Problem details:
What do the lines say from the start of the entries through the one containing "v -0.5 -0.8133 1.1537"? Repeat them exactly.

START Records supplied

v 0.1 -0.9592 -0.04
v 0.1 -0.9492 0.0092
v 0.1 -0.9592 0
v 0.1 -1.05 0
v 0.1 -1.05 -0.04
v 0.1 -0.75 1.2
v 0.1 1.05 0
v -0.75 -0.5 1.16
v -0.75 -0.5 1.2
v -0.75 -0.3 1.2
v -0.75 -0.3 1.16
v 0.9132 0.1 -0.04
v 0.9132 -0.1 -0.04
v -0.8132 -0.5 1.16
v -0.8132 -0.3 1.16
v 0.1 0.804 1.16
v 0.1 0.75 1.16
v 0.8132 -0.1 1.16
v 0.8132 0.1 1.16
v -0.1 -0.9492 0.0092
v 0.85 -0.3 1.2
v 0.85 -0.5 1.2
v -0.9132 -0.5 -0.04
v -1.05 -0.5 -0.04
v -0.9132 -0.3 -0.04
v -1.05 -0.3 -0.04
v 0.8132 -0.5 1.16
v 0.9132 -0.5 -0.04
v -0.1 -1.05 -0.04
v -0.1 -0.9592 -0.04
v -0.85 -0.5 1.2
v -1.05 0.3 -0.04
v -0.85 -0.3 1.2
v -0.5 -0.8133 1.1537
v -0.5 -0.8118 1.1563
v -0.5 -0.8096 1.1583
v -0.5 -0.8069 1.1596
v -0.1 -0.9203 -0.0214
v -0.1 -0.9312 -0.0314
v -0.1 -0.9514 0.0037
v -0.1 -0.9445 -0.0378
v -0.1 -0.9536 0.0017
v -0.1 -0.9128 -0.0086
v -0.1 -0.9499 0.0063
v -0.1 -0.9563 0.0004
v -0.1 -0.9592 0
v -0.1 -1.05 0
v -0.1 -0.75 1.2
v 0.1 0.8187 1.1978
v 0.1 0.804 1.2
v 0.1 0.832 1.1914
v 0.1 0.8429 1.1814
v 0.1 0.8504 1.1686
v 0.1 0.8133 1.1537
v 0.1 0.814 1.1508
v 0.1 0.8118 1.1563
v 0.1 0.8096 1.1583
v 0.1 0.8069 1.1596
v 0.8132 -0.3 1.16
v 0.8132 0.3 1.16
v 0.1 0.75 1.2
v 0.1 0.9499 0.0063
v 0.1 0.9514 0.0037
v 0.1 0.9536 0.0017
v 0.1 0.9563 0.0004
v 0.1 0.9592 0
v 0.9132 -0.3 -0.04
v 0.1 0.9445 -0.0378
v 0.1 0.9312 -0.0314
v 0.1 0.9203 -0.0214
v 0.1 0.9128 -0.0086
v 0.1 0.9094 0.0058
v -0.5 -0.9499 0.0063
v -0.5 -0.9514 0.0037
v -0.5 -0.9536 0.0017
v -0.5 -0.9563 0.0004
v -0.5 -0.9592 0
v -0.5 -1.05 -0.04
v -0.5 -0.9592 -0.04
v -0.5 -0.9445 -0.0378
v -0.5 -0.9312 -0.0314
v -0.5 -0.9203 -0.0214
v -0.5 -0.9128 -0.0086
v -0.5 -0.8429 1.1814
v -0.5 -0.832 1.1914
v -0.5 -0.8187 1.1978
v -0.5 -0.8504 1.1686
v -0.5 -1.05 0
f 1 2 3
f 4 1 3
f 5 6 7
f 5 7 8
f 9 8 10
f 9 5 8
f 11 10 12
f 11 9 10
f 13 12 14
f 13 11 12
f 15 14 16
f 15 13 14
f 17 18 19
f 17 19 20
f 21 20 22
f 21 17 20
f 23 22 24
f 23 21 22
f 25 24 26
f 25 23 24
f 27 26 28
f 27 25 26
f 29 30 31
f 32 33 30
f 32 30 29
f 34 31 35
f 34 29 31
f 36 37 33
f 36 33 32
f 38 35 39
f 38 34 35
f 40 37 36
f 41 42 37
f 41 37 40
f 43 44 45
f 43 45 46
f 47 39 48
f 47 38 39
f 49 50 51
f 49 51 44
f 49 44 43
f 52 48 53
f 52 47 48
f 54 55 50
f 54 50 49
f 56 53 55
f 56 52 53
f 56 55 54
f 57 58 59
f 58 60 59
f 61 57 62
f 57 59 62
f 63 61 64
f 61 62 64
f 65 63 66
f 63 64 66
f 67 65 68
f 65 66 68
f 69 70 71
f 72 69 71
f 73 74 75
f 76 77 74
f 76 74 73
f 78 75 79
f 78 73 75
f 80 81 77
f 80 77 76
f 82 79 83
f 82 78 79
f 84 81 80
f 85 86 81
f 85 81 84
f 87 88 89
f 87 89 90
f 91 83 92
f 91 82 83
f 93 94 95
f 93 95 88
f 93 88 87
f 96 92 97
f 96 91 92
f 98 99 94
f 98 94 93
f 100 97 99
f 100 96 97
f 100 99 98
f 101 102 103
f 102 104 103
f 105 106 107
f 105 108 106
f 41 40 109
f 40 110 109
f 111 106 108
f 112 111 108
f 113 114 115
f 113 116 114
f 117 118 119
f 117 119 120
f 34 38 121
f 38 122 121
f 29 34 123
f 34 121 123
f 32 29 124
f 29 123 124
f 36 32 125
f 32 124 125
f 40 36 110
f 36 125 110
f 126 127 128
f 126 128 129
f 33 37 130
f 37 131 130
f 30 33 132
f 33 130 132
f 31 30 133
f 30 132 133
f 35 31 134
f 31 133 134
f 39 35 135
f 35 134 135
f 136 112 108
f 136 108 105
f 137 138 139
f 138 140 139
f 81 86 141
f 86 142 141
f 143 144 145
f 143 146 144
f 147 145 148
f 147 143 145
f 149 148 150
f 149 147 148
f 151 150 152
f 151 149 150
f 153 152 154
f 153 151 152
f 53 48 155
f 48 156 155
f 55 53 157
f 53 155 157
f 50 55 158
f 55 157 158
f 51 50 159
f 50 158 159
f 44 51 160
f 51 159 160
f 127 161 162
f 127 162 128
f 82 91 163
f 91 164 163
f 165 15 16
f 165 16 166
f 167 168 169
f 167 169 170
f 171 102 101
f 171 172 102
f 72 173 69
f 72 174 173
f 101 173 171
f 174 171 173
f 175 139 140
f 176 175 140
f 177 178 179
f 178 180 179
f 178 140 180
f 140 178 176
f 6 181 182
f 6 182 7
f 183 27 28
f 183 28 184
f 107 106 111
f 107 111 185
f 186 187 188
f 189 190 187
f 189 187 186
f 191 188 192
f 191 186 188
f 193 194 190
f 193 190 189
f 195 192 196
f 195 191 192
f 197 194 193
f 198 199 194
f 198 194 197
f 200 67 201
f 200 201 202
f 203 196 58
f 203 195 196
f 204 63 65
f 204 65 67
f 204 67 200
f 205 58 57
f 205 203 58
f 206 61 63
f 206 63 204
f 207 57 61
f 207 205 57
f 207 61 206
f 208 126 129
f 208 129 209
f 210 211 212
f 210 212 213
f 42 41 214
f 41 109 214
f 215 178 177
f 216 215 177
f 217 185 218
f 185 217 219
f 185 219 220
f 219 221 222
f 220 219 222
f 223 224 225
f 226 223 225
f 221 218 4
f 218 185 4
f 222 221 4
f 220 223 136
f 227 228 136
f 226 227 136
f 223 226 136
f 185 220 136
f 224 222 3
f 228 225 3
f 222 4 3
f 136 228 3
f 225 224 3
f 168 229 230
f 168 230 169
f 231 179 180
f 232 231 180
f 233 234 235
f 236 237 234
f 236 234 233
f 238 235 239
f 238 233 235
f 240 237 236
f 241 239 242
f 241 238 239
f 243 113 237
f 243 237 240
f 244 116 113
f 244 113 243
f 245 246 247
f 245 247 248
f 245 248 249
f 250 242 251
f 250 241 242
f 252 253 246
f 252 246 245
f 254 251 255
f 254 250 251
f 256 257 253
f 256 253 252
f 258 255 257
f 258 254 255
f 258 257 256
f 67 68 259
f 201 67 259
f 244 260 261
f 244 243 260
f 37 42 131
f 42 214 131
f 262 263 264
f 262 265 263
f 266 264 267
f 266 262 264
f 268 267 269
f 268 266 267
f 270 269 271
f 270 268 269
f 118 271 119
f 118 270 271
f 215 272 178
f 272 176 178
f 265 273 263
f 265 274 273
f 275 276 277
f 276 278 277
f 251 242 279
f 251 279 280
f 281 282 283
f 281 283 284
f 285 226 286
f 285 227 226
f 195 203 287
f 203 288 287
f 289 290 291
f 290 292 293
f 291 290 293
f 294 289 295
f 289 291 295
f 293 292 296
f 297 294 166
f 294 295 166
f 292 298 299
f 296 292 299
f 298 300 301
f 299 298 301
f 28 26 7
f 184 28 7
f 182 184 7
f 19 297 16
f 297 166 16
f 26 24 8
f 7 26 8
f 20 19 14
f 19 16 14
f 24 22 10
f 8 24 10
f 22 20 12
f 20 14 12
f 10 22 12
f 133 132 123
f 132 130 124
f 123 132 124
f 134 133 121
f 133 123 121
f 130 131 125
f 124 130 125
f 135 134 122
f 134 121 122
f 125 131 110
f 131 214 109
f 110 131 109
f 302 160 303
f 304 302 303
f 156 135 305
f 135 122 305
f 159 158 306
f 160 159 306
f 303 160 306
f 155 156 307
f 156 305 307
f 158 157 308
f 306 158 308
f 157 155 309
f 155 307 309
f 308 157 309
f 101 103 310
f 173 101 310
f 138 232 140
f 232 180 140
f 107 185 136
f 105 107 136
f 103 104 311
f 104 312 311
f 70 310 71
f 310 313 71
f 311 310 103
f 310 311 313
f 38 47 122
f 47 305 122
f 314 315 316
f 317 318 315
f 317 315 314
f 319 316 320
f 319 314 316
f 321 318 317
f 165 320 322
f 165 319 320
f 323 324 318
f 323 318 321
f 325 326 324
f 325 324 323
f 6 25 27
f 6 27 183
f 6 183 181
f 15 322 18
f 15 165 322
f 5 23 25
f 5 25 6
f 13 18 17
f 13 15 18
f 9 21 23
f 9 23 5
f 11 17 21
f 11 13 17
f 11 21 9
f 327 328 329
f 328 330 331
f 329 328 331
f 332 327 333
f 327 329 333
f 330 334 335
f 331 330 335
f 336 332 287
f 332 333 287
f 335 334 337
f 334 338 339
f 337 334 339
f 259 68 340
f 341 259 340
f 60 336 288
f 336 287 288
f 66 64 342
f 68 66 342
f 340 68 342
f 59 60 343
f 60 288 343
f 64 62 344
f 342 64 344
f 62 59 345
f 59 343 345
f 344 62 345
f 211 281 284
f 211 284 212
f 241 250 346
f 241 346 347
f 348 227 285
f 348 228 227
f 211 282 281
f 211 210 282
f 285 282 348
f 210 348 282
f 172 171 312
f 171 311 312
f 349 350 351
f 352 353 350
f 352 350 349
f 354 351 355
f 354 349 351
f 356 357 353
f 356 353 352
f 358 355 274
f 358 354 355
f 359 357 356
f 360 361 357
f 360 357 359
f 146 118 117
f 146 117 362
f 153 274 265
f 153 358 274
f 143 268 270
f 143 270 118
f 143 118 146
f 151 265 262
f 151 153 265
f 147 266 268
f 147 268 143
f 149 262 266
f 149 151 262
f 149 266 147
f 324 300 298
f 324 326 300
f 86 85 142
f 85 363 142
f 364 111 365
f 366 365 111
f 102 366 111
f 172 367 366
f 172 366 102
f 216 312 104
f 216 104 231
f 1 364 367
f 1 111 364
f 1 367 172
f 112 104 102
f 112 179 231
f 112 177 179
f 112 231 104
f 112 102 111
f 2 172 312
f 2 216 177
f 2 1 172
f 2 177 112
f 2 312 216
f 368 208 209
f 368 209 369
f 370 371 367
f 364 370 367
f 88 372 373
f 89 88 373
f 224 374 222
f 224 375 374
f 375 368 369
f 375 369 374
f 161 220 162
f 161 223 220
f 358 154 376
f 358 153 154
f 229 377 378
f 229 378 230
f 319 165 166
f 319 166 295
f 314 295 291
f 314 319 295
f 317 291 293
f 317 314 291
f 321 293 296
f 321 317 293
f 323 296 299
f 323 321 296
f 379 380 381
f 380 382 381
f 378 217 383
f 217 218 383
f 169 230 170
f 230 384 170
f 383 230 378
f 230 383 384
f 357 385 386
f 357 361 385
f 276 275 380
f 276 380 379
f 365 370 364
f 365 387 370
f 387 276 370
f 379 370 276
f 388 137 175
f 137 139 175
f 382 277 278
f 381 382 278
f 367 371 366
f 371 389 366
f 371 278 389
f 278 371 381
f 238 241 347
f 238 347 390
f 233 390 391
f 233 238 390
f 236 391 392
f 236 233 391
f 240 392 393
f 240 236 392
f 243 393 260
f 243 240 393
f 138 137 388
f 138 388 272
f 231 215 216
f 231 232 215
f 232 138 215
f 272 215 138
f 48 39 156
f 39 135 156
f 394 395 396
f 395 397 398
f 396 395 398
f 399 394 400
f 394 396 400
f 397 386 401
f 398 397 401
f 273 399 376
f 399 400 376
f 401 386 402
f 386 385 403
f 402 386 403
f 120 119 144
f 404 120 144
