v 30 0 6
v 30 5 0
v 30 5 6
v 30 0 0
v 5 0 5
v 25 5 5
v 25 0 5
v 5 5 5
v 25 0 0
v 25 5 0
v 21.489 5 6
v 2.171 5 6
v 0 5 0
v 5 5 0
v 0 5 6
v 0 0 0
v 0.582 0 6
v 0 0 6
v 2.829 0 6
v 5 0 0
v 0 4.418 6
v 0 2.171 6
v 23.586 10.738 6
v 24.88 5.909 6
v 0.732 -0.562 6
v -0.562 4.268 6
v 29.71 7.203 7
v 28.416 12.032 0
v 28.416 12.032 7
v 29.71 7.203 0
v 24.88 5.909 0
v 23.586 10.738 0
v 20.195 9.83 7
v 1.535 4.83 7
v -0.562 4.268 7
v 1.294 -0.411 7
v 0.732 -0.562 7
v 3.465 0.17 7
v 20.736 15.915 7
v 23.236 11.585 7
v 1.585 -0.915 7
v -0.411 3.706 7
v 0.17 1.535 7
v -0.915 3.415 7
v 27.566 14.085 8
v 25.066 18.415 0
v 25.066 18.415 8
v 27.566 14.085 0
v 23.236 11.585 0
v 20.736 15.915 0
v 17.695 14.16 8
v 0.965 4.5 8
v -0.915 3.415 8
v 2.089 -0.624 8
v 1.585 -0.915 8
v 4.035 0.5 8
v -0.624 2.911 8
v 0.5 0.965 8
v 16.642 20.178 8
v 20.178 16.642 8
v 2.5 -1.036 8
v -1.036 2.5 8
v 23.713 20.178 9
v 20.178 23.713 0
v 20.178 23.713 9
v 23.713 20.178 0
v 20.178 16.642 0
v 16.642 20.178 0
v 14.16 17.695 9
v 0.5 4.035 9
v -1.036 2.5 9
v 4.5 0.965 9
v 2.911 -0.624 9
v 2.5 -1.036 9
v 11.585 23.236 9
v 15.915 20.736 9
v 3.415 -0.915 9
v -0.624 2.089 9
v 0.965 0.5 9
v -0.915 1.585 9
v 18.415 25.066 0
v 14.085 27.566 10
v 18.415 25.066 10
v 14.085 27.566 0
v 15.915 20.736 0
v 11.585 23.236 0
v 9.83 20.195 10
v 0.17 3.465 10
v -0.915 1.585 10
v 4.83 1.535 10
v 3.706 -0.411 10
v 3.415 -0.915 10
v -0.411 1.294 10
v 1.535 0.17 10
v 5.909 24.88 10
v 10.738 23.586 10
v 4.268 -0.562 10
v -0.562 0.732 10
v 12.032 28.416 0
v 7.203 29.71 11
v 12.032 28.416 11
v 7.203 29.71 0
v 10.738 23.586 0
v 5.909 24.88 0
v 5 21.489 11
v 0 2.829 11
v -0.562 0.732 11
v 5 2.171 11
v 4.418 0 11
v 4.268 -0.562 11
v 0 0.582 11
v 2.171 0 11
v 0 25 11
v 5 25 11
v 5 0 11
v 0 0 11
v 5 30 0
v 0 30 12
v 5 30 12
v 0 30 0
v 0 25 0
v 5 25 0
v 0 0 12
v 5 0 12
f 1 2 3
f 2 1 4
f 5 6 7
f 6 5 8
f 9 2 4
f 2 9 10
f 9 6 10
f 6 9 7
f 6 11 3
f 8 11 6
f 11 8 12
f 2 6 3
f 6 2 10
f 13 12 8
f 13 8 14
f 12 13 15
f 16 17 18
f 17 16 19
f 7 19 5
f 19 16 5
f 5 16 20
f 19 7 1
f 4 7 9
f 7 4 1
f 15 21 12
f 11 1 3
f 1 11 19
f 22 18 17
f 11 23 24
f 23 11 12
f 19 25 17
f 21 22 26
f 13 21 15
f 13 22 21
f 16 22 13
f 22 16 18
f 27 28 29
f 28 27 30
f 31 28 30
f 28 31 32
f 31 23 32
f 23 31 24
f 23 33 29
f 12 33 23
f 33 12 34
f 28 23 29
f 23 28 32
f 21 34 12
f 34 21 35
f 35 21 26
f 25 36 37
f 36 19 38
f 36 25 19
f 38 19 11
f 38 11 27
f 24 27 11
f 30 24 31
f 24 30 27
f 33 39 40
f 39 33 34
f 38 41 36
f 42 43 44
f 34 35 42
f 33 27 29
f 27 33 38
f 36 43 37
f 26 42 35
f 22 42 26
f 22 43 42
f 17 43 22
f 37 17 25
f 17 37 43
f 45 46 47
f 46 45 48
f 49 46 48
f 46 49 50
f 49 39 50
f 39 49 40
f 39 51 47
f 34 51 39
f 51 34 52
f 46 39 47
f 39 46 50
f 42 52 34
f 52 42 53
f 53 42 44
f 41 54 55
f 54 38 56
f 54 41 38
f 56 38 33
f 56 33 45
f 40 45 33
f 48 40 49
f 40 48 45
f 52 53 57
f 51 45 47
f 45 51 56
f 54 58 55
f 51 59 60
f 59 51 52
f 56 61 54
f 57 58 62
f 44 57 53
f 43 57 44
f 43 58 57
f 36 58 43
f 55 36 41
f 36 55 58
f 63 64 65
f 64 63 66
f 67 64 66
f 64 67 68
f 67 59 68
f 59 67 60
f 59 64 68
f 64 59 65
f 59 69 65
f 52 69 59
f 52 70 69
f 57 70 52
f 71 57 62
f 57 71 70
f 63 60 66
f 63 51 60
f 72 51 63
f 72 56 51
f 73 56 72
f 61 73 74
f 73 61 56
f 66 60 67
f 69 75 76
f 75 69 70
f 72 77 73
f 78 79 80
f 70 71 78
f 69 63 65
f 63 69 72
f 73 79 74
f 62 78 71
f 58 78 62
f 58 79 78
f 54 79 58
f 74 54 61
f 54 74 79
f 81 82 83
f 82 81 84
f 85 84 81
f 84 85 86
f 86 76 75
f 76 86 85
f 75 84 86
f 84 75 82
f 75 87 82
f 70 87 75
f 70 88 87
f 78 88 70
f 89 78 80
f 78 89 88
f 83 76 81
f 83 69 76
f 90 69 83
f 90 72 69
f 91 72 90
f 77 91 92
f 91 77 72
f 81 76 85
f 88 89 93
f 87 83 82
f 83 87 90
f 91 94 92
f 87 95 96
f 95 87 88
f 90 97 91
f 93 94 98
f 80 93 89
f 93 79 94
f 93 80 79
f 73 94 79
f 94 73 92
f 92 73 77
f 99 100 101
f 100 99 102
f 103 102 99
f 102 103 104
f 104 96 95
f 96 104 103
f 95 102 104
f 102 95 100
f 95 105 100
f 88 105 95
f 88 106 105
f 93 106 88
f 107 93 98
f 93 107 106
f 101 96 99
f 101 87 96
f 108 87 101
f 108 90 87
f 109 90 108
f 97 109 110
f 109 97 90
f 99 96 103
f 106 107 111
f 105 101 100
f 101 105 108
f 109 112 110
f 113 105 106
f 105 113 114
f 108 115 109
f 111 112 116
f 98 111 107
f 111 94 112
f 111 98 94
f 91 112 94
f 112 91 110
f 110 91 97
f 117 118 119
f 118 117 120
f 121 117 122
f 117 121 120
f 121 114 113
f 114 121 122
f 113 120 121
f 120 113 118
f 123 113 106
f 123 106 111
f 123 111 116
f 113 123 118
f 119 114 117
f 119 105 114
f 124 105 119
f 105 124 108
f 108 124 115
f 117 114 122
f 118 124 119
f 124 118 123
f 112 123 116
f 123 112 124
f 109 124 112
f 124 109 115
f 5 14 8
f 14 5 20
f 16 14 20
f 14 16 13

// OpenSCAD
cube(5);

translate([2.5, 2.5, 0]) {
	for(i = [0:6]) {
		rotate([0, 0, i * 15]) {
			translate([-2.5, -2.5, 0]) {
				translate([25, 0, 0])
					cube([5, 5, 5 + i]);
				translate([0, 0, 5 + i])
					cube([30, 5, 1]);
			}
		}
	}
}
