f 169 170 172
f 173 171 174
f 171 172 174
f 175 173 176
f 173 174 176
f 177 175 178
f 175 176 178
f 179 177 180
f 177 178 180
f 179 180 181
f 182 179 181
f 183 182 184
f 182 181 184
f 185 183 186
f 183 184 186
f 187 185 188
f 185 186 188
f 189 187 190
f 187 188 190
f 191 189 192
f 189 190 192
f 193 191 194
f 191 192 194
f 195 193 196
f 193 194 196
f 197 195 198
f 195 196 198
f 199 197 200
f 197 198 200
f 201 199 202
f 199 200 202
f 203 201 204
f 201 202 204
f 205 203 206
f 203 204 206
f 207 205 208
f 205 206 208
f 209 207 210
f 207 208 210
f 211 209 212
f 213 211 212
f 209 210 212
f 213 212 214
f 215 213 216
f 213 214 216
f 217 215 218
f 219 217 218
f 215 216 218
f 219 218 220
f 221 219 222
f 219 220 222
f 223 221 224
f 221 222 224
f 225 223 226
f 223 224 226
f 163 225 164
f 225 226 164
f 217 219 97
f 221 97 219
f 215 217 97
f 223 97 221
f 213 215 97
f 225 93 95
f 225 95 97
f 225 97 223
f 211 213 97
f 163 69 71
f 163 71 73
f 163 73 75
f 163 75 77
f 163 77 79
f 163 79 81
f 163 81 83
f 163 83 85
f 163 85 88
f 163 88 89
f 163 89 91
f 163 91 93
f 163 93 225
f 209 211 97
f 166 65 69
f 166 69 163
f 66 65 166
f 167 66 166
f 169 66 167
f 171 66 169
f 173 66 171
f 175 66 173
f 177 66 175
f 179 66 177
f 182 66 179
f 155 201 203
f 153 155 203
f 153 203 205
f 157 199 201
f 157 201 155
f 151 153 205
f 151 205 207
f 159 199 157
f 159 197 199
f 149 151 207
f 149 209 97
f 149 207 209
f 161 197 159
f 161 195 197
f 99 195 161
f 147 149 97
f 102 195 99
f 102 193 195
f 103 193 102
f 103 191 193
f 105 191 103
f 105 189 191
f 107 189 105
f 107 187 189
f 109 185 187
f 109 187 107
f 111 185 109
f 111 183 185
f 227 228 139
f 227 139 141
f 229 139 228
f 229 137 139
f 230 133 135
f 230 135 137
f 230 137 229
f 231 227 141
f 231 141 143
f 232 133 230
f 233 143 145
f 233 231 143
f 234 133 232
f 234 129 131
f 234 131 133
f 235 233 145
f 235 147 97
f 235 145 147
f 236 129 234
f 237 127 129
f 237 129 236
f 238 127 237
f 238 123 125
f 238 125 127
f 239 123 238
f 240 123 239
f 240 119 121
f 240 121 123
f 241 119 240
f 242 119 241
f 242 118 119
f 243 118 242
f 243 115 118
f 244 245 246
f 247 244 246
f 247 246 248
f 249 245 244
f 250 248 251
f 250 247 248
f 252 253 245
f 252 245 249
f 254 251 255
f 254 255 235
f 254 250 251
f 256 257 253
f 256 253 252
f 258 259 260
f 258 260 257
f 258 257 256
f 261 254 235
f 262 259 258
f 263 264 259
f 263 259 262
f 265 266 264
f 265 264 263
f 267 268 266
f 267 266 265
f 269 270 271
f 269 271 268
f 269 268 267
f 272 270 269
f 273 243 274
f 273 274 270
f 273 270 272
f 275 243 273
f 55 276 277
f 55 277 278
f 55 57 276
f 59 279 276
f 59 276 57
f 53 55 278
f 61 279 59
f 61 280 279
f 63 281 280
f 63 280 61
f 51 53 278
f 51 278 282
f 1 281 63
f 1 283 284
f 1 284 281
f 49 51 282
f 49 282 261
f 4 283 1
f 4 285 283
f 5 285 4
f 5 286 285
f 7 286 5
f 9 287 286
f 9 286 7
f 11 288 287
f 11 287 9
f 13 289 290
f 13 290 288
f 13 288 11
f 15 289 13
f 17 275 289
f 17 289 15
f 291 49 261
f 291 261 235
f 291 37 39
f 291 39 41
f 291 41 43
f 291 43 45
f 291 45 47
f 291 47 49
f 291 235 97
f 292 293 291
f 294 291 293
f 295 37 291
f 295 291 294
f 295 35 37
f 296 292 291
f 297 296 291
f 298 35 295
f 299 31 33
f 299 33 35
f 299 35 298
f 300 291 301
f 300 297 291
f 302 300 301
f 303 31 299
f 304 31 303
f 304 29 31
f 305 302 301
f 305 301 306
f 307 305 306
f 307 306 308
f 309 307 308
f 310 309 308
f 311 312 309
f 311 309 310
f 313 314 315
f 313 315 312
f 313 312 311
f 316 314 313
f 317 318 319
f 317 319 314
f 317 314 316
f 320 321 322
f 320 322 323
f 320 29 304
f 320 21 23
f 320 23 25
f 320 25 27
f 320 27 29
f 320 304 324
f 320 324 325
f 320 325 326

END Records supplied

Output for this task:
v 0.1 -0.9592 -0.04
v 0.1 -0.9492 0.0092
v 0.1 -0.9592 0
v 0.1 -1.05 0
v 0.1 -1.05 -0.04
v 0.1 -0.75 1.2
v 0.1 1.05 0
v -0.75 -0.5 1.16
v -0.75 -0.5 1.2
v -0.75 -0.3 1.2
v -0.75 -0.3 1.16
v 0.9132 0.1 -0.04
v 0.9132 -0.1 -0.04
v -0.8132 -0.5 1.16
v -0.8132 -0.3 1.16
v 0.1 0.804 1.16
v 0.1 0.75 1.16
v 0.8132 -0.1 1.16
v 0.8132 0.1 1.16
v -0.1 -0.9492 0.0092
v 0.85 -0.3 1.2
v 0.85 -0.5 1.2
v -0.9132 -0.5 -0.04
v -1.05 -0.5 -0.04
v -0.9132 -0.3 -0.04
v -1.05 -0.3 -0.04
v 0.8132 -0.5 1.16
v 0.9132 -0.5 -0.04
v -0.1 -1.05 -0.04
v -0.1 -0.9592 -0.04
v -0.85 -0.5 1.2
v -1.05 0.3 -0.04
v -0.85 -0.3 1.2
v -0.5 -0.8133 1.1537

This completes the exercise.